Option 3) This has to be my clear favorite; explain to her that if you must choose to shout racist comments whilst half hanging out of the window than please put an iota of effort into it, come up with something witty, cleaver, something that would have required the warming up of a brain cell or two on my part. There is no reason whatsoever to resort to a cliché like 'paki'. Off the top of my head, with absolutely no thought or effort: “why don't you get back on the boat and go back to where you came from” as I had just come off the ferry that may have worked. I'm not saying use the insult I thought up, I'm just saying that if I can come up with this in the 30 meters it takes me to get to a set of traffic lights than surly a racist can do much better! I didn't go with this option as when I start a “if you must be racist than at least put some wit into it” rant, I can go on for a while and I didn't feel I had the time for this, besides, I fear it would have been lost on them.

Option 4) Sarcasm; but I didn't really feel like talking to her. The plan being I pull up in front of them, laugh and give them a really sarcastic 'thumbs up', this clearly can't be lost on them as surly there is no way I would have found the comment amusing or funny so they would know that I was being sarcastic.

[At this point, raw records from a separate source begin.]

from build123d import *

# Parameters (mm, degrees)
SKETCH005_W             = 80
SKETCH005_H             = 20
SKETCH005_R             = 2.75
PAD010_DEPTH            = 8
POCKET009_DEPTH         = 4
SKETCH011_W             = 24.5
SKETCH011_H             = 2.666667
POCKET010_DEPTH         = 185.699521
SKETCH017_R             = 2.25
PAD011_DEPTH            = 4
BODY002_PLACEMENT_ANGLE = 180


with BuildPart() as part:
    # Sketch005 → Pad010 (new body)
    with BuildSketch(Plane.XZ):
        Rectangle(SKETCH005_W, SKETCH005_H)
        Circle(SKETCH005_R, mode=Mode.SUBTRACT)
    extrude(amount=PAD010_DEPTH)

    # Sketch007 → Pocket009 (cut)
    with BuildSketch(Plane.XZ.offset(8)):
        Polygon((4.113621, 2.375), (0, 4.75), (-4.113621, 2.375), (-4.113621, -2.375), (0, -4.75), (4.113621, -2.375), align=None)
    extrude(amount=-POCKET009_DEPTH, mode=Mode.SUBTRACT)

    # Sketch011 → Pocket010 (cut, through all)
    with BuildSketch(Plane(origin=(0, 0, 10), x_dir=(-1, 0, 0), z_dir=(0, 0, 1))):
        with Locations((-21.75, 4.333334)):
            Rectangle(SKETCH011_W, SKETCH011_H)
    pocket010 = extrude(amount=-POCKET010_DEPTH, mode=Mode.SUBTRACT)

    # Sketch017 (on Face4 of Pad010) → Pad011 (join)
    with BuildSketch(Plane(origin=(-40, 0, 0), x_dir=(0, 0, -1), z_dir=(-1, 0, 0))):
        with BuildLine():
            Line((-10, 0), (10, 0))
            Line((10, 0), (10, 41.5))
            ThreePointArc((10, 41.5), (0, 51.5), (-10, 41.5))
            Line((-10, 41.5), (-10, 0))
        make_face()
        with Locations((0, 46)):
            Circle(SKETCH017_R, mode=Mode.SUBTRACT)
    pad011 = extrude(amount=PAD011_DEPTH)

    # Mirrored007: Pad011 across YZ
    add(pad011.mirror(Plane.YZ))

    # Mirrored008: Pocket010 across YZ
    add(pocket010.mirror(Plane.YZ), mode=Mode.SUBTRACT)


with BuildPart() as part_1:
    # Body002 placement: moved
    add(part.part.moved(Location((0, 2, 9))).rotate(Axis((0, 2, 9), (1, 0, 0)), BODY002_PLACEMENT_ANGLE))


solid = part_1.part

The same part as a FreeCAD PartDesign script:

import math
import FreeCAD as App
import Part
import Sketcher
Q = App.Units.Quantity


def add_polygon(sketch, points):
    """Adds a closed chain of lines whose ends are joined by coincident constraints."""
    first, n = sketch.GeometryCount, len(points)
    for a, b in zip(points, points[1:] + points[:1]):
        sketch.addGeometry(Part.LineSegment(App.Vector(*a, 0), App.Vector(*b, 0)), False)
    for i in range(n):
        sketch.addConstraint(Sketcher.Constraint("Coincident", first + i, 2, first + (i + 1) % n, 1))

doc = App.newDocument("Part")
body = doc.addObject("PartDesign::Body", "Body")

# Sketch on XZ plane
sketch1 = body.newObject("Sketcher::SketchObject", "Sketch")
sketch1.AttachmentSupport = (doc.getObject("XZ_Plane"), [""])
sketch1.MapMode = "FlatFace"
add_polygon(sketch1, [(-40, 10), (-40, -10), (40, -10), (40, 10)])  # lines 0-3
sketch1.addGeometry(Part.Circle(App.Vector(0, 0, 0), App.Vector(0, 0, 1), 2.8), False)  # 4
sketch1.addConstraint([
    Sketcher.Constraint("Vertical", 0),
    Sketcher.Constraint("Horizontal", 1),
    Sketcher.Constraint("Vertical", 2),
    Sketcher.Constraint("Horizontal", 3),
    Sketcher.Constraint("Coincident", 4, 3, -1, 1),
    Sketcher.Constraint("Symmetric", 0, 2, 2, 2, -1, 1),
    Sketcher.Constraint("Diameter", 4, 5.5),
    Sketcher.Constraint("DistanceX", 1, 1, 1, 2, 80.0),
    Sketcher.Constraint("DistanceY", 0, 2, 0, 1, 20.0),
])
pad1 = body.newObject("PartDesign::Pad", "Pad")
pad1.Profile = sketch1
pad1.Length = 8

# Sketch on XZ plane
sketch2 = body.newObject("Sketcher::SketchObject", "Sketch001")
sketch2.AttachmentSupport = (doc.getObject("XZ_Plane"), [""])
sketch2.MapMode = "FlatFace"
sketch2.AttachmentOffset = App.Placement(App.Vector(0, 0, 8), App.Rotation())
add_polygon(sketch2, [(4.1, 2.4), (0, 4.8), (-4.1, 2.4), (-4.1, -2.4), (0, -4.8), (4.1, -2.4)])  # lines 0-5
sketch2.addConstraint([
    Sketcher.Constraint("Vertical", 2),
    Sketcher.Constraint("Vertical", 5),
    Sketcher.Constraint("Symmetric", 0, 2, 3, 2, -1, 1),
    Sketcher.Constraint("Symmetric", 1, 2, 4, 2, -1, 1),
    Sketcher.Constraint("PointOnObject", 0, 2, -2),
    Sketcher.Constraint("Parallel", 0, 3),
    Sketcher.Constraint("Horizontal", 2, 2, 4, 2),
    Sketcher.Constraint("Angle", 0, Q("150.000002 deg")),
    Sketcher.Constraint("DistanceY", 2, 2, 2, 1, 4.75),
    Sketcher.Constraint("DistanceY", 3, 2, 0, 2, 9.5),
])
pocket1 = body.newObject("PartDesign::Pocket", "Pocket")
pocket1.Profile = sketch2
pocket1.Length = 4

# Sketch on XY plane
sketch3 = body.newObject("Sketcher::SketchObject", "Sketch002")
sketch3.AttachmentSupport = (doc.getObject("XY_Plane"), [""])
sketch3.MapMode = "FlatFace"
sketch3.AttachmentOffset = App.Placement(App.Vector(0, 0, 10), App.Rotation())
add_polygon(sketch3, [(34, -5.7), (34, -3), (9.5, -3), (9.5, -5.7)])  # lines 0-3
sketch3.addConstraint([
    Sketcher.Constraint("Vertical", 0),
    Sketcher.Constraint("Horizontal", 1),
    Sketcher.Constraint("Vertical", 2),
    Sketcher.Constraint("Horizontal", 3),
    Sketcher.Constraint("DistanceX", 1, 2, 1, 1, 24.5),
    Sketcher.Constraint("DistanceX", -1, 1, 0, 2, 34.0),
    Sketcher.Constraint("DistanceY", 0, 2, -1, 1, 3.000001),
    Sketcher.Constraint("DistanceY", 0, 1, 0, 2, 2.666667),
])
pocket2 = body.newObject("PartDesign::Pocket", "Pocket001")
pocket2.Profile = sketch3
pocket2.Type = "ThroughAll"

# Sketch on YZ plane
sketch4 = body.newObject("Sketcher::SketchObject", "Sketch003")
sketch4.AttachmentSupport = (doc.getObject("YZ_Plane"), [""])
sketch4.MapMode = "FlatFace"
sketch4.AttachmentOffset = App.Placement(App.Vector(0, 0, -40), App.Rotation())
sketch4.addGeometry([
    Part.LineSegment(App.Vector(0, 10, 0), App.Vector(0, -10, 0)),  # 0
    Part.LineSegment(App.Vector(0, -10, 0), App.Vector(-41.5, -10, 0)),  # 1
    Part.ArcOfCircle(Part.Circle(App.Vector(-41.5, 0, 0), App.Vector(0, 0, 1), 10), math.radians(90), math.radians(270)),  # 2
    Part.LineSegment(App.Vector(-41.5, 10, 0), App.Vector(0, 10, 0)),  # 3
    Part.Circle(App.Vector(-46, 0, 0), App.Vector(0, 0, 1), 2.2),  # 4
], False)
sketch4.addConstraint([
    Sketcher.Constraint("Coincident", 0, 2, 1, 1),
    Sketcher.Constraint("Tangent", 1, 2, 2, 2),
    Sketcher.Constraint("Tangent", 2, 1, 3, 1),
    Sketcher.Constraint("Coincident", 3, 2, 0, 1),
    Sketcher.Constraint("Vertical", 0),
    Sketcher.Constraint("Horizontal", 1),
    Sketcher.Constraint("Horizontal", 3),
    Sketcher.Constraint("Symmetric", 0, 2, 3, 2, -1, 1),
    Sketcher.Constraint("PointOnObject", 4, 3, -1),
    Sketcher.Constraint("Radius", 2, 10.0),
    Sketcher.Constraint("Diameter", 4, 4.5),
    Sketcher.Constraint("DistanceX", 1, 2, 1, 1, 41.5),
    Sketcher.Constraint("DistanceX", 4, 3, -1, 1, 46.0),
])
pad2 = body.newObject("PartDesign::Pad", "Pad001")
pad2.Profile = sketch4
pad2.Length = 4
pad2.Reversed = True
doc.recompute()

mirrored = body.newObject("PartDesign::Mirrored", "Mirrored")
mirrored.Originals = [pad2]
mirrored.MirrorPlane = (doc.getObject("YZ_Plane"), [""])
body.Tip = mirrored
doc.recompute()

mirrored2 = body.newObject("PartDesign::Mirrored", "Mirrored001")
mirrored2.Originals = [pocket2]
mirrored2.MirrorPlane = (doc.getObject("YZ_Plane"), [""])
body.Tip = mirrored2
body2 = doc.addObject("PartDesign::Body", "Body001")
doc.recompute()

body.Placement = App.Placement(App.Vector(0, 2, 9), App.Rotation(App.Vector(1, 0, 0), 180))
boolean = body2.newObject("PartDesign::Boolean", "Boolean")
boolean.Type = "Fuse"
boolean.addObjects([body])

doc.recompute()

I get to the lights and weigh up the four options I have and decide to go with number four, followed by a quick exit towards the standstill traffic in front of me, on the off chance they choose to follow me. I give them the thumbs up and judging by the blank faces looking back at me, I fear my sarcasm was lost on them....

5 comments:

Sofi said...

if some/any one called me a paki I would call them one straight back. and find it amusing in the process.

Hattie said...

I can't believe this. I forget that there are so many obnoxious half-wits in the world. I wish I could find that couple and read them your post on the matter, in the hope that your very intelligent, witty and thoughtful response would shame them. However, as you say, it would be lost on them.

Josh said...

Sofi, I agree, in this day and age it's almost impossible to find such pettiness offensive but it certainly is amusing!

Hattie, Amazingly such people do still exist (though, thankfully, it's quite rare), it truly was a jaw dropping moment especially as it was completely unwarranted. Finding them and offering witty parting shot would be quite a noble thing to do but, generally speaking, it's just not worth it! Thanks for your kind words.

Ariane said...

Bloody hell Josh, I'm sorry you had to go through that! I know how it feels (an old man did it to me last year) and I think it's a combination of shock, disbelief and anger. Like, "Did I really just hear that correctly in 2008?"

Great post. Those kinds of comments only come from people with no hope or future to look forward to - the opposite of you.

Josh said...

No need to be sorry, if you take away this little blemish, it was a great ride! But your right, I was more shocked at the fact people still say that than anything personal.